Vendredi 12 mai 2006

La mort de dieu

Première évidence, déclamée par un philosophe qui m’est cher, Friedrich Nietzsche. Nietzsche annonce : « Dieu est mort !». Que veut t-il dire ? Cherche-t-il un effet d’annonce, sous le mode d’un discours performatif, d’une parole qui agit ? Nietzsche tue-t-il Dieu ? Non. Nietzsche n’est pas un acteur. Il est posthume. Il est visionnaire. C’est le philosophe des cimes, des hauteurs. Il voit loin. La mort de Dieu, il l’annonce pour bientôt. Mais est-ce pure spéculation ? Parole en l’air d’un philosophe fou et seul ? Non. Nietzsche n’est pas fou, il est gai, il rit, il est dionysiaque. Et la science est pour lui fondamentale (il est philologue –approche scientifique des textes- de formation). Non, il a vu et interprété les signes.

            Les signes, ainsi que les causes de la mort de Dieu sont multiples mais s’expriment par la captation par la science de la capacité à expliquer l’aspect objectif de la réalité, à expliquer comment l’univers fonctionne. On explique la présence des objets, leurs dimensions objectives, poids, forme, composition, nature, mouvement, accélération… Puis on approche également avec les sciences de la vie, des plantes, des animaux, des hommes, ce qui touche le plus Dieu : la vie. Les sciences de la vie enlève la vie, son explication comme son incarnation à Dieu. Le développement de la science, naturelle et de la vie, est le premier signe du divin décès. Spinoza avait conçu Dieu comme l’entité subjective de l’univers, de la nature. Dieu ou la nature. Dieu comme le -Je- de la nature. Or, les sciences dépossèdent Dieu de la nature, de l’univers. Elle tue son corps. La science est donc de l’athéologie pure, athéologie signifiant discours sans Dieu.

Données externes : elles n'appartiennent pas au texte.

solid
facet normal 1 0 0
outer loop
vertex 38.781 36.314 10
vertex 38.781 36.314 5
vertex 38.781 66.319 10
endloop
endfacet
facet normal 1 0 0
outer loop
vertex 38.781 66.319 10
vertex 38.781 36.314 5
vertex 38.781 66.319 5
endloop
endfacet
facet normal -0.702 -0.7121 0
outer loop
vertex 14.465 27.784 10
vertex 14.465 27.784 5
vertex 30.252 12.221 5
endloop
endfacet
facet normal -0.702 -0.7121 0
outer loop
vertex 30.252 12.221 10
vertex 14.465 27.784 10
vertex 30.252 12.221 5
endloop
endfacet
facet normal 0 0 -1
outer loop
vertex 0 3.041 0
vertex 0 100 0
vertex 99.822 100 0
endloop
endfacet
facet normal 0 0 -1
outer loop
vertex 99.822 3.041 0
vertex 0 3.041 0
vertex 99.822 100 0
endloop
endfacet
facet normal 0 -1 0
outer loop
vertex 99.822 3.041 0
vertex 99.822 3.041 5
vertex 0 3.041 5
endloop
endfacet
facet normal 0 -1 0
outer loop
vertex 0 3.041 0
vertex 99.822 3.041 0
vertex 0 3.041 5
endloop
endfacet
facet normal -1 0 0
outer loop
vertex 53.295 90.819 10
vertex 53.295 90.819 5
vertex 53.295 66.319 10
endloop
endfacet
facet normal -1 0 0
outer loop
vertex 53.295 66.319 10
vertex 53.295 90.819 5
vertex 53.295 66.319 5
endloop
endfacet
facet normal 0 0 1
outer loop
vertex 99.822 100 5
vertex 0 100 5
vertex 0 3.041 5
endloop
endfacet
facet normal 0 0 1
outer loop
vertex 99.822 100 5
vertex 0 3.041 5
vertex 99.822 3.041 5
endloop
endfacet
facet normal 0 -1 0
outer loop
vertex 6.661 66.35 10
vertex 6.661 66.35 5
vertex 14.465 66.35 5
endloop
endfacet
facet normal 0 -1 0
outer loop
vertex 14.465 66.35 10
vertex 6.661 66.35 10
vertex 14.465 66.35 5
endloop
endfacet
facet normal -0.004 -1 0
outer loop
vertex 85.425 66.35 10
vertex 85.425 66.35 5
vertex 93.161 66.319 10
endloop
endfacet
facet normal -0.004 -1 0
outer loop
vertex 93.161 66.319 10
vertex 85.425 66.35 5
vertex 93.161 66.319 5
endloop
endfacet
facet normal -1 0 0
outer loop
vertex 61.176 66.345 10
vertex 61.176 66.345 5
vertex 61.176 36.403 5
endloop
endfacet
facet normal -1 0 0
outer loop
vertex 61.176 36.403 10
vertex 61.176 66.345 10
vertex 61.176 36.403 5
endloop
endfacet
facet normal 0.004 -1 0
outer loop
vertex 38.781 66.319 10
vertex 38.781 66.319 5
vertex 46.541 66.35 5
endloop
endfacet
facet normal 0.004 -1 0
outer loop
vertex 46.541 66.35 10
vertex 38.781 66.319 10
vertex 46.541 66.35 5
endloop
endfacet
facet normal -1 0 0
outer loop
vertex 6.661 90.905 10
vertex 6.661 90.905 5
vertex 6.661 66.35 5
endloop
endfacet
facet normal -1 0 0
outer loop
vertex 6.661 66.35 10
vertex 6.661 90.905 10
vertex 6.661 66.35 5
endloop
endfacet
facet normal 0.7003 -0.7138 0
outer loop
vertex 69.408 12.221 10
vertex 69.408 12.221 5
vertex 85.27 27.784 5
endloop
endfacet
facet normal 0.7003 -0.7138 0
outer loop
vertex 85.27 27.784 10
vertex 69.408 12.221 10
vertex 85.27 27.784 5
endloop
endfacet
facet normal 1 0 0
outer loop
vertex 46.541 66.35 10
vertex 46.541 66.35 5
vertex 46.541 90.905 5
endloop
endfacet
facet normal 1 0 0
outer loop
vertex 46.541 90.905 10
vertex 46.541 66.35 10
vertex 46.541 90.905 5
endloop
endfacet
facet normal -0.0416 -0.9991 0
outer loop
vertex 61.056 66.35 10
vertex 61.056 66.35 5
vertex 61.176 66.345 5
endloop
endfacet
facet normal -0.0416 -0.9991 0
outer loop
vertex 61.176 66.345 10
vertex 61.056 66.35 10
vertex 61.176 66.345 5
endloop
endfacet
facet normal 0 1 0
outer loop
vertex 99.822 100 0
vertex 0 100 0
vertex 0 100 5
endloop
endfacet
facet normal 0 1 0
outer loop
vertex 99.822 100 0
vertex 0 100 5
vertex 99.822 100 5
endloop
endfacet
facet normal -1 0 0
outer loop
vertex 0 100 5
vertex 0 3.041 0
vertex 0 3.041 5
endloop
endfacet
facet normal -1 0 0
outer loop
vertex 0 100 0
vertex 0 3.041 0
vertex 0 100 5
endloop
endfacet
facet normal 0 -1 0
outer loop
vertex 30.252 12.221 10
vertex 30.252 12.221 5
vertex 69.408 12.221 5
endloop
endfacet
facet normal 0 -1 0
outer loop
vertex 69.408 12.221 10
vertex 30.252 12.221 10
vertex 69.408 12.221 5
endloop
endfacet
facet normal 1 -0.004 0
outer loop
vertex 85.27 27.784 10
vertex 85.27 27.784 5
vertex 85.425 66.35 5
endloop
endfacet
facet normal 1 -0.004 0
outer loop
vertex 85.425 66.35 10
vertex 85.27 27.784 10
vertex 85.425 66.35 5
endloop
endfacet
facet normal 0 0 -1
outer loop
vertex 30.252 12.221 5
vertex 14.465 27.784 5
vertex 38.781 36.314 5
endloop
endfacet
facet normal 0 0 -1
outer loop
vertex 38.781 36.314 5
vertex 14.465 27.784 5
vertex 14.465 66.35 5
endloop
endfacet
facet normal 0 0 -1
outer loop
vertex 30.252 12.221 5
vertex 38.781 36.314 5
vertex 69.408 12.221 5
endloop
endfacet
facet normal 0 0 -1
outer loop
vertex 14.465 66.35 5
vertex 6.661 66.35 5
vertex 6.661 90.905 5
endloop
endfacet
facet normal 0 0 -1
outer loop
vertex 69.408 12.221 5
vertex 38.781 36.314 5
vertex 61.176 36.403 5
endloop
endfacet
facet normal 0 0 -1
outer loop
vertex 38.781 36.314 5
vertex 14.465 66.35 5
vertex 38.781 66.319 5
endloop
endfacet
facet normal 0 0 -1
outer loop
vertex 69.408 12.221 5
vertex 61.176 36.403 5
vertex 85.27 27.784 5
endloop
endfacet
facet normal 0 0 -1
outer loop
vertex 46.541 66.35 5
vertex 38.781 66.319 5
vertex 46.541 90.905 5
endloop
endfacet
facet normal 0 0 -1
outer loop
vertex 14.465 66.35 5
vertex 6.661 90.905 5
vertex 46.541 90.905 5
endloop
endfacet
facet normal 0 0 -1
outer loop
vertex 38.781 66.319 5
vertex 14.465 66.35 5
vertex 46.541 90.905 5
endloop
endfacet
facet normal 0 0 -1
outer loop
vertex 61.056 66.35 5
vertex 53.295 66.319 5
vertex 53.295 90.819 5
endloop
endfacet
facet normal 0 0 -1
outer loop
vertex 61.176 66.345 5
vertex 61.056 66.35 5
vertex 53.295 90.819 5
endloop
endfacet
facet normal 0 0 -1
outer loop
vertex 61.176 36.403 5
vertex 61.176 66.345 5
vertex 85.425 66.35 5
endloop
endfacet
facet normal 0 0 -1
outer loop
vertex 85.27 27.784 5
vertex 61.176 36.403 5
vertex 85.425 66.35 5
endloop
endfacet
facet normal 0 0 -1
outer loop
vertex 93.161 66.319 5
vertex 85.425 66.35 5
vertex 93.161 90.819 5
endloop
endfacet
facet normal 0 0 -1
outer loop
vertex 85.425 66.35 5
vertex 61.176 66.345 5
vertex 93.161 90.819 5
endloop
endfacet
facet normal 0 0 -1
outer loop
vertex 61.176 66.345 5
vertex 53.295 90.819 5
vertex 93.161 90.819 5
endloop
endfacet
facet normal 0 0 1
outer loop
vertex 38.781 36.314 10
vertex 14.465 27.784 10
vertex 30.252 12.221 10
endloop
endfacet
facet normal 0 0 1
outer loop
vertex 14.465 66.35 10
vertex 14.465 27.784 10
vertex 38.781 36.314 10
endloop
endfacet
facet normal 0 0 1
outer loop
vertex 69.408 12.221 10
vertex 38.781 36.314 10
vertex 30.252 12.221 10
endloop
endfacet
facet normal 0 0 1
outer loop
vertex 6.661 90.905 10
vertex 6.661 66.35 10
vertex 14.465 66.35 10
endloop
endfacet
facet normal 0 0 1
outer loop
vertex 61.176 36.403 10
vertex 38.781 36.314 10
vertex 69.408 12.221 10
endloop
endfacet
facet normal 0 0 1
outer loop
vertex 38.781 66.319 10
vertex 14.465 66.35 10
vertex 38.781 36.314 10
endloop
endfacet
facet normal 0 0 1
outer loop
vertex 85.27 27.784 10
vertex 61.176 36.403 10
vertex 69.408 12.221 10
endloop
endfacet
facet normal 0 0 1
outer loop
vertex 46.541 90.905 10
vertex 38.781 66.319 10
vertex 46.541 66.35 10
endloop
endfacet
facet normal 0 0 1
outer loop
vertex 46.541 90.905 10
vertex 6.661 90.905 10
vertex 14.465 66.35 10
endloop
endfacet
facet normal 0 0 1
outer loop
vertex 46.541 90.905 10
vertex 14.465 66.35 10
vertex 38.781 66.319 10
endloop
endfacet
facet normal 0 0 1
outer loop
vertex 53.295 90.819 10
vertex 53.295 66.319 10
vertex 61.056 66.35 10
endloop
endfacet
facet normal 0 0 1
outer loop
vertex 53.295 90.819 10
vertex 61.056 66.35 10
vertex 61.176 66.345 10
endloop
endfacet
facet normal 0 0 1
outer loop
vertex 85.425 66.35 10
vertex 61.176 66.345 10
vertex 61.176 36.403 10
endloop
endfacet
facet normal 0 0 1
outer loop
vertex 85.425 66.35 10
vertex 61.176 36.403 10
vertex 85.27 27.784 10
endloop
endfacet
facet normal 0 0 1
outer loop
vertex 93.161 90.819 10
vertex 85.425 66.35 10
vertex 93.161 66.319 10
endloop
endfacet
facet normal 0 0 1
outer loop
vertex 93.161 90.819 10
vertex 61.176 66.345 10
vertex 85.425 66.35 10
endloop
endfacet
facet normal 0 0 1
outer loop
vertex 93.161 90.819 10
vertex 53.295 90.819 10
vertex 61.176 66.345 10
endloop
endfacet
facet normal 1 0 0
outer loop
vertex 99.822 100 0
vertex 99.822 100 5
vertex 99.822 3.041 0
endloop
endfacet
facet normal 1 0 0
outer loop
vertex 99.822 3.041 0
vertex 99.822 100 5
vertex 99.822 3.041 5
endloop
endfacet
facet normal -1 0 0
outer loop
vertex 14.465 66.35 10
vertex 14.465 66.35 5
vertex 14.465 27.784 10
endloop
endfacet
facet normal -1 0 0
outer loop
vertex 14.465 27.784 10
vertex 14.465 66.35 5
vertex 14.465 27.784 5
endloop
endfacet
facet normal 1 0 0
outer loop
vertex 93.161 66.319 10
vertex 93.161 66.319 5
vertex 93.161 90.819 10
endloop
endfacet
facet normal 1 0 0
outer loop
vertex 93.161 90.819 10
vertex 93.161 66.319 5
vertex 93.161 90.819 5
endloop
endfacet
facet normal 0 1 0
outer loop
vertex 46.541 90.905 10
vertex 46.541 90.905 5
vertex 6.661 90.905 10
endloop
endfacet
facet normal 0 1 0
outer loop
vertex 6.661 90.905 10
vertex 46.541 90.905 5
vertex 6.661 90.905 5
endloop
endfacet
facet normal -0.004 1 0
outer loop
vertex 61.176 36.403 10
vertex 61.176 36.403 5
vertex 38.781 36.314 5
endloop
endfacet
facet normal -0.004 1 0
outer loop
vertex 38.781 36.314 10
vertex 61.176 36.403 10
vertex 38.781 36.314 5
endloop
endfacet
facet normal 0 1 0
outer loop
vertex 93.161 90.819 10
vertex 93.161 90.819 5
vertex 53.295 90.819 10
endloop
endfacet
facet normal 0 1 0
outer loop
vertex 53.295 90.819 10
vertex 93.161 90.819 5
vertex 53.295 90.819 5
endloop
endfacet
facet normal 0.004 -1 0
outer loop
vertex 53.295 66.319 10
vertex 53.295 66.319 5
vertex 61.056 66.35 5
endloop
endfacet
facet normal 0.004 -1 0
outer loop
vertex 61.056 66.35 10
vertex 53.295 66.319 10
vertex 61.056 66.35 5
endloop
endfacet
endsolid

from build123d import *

# Parameters (mm, degrees)
F1_W     = 100
F1_H     = 100
F2_DEPTH = 5
F5_DEPTH = 5
F7_DEPTH = 54.1
F9_DEPTH = 25


with BuildPart() as f2:
    # F1 (on Top) → F2 (new body)
    with BuildSketch(Plane.XY):
        with Locations((50, 50)):
            Rectangle(F1_W, F1_H)
    extrude(amount=F2_DEPTH)

    # F6 (on face) → F7 (cut)
    with BuildSketch(Plane.XY.offset(10)):
        Polygon((100.1621037722, 3.0405181703), (37.4508686364, 3.0405181703), (0, 3.0405181703), (0, 0), (100.1621037722, 0), align=None)
    extrude(amount=-F7_DEPTH, mode=Mode.SUBTRACT)

    # F8 (on face) → F9 (cut)
    with BuildSketch(Plane.XY.offset(10)):
        Polygon((99.8216490268, 103.9248853922), (99.8216490268, 74.5721507005), (99.8216490268, -5.4602026939), (108.0576479435, -5.4602026939), (108.0576479435, 103.9248853922), align=None)
    extrude(amount=-F9_DEPTH, mode=Mode.SUBTRACT)


with BuildPart() as f5:
    # F4 (on face) → F5 (new body)
    with BuildSketch(Plane.XY.offset(5)):
        Polygon((46.5413259785, 90.9048467875), (6.6605079919, 90.9048467875), (6.6605079919, 90.8547322993), (6.6605079919, 66.3502812386), (14.4654614851, 66.3502812386), (14.4654614851, 27.7836583555), (30.2518866956, 12.2214881703), (69.4081783295, 12.2214881703), (85.2703973651, 27.7836583555), (85.4252055287, 66.3502812386), (93.1611926851, 66.3192286372), (93.1611926851, 90.8190310001), (53.2952547073, 90.8190310001), (53.2952547073, 66.3192286372), (61.0556825995, 66.3502812386), (61.1755126527, 66.3452222943), (61.1755126527, 36.4032736805), (38.7808980863, 36.3136637972), (38.7808980863, 66.3192286372), (46.5413259785, 66.3502812386), (46.5413259785, 90.8190310001), align=None)
    extrude(amount=F5_DEPTH)


solid = Compound([f2.part, f5.part])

Dieu est mort. Le personnage conceptuel (concept que j’emprunte à Gilles Deleuze…) commun à toute les philosophies théistes, celui qui représente la transcendance, décède, et avec lui la plus grande source de transcendance.

Nietzsche, donc a vu ces signes. Il constate le déclin de la pensée magique, dont les derniers signes sont l’idéalisme et la transcendance de sa génération. Plus besoin de recourir à l’existence d’arrières mondes, à des explications magiques, à un Dieu omniprésent (présent partout et toujours). La transcendance est l’omniprésence, la présence intégrale, et l’anti-présence, ce qui n’existe pas dans notre réalité immanente, mais qui pourrait exister, dans un arrière monde ou dans celui-ci, futur ou passé. Quelque chose de transcendantal s’applique donc partout, toujours, pour ce qui existe et peut exister, pour l’univers et pour d’éventuels mondes magiques qui, parait-il, l’engloberaient.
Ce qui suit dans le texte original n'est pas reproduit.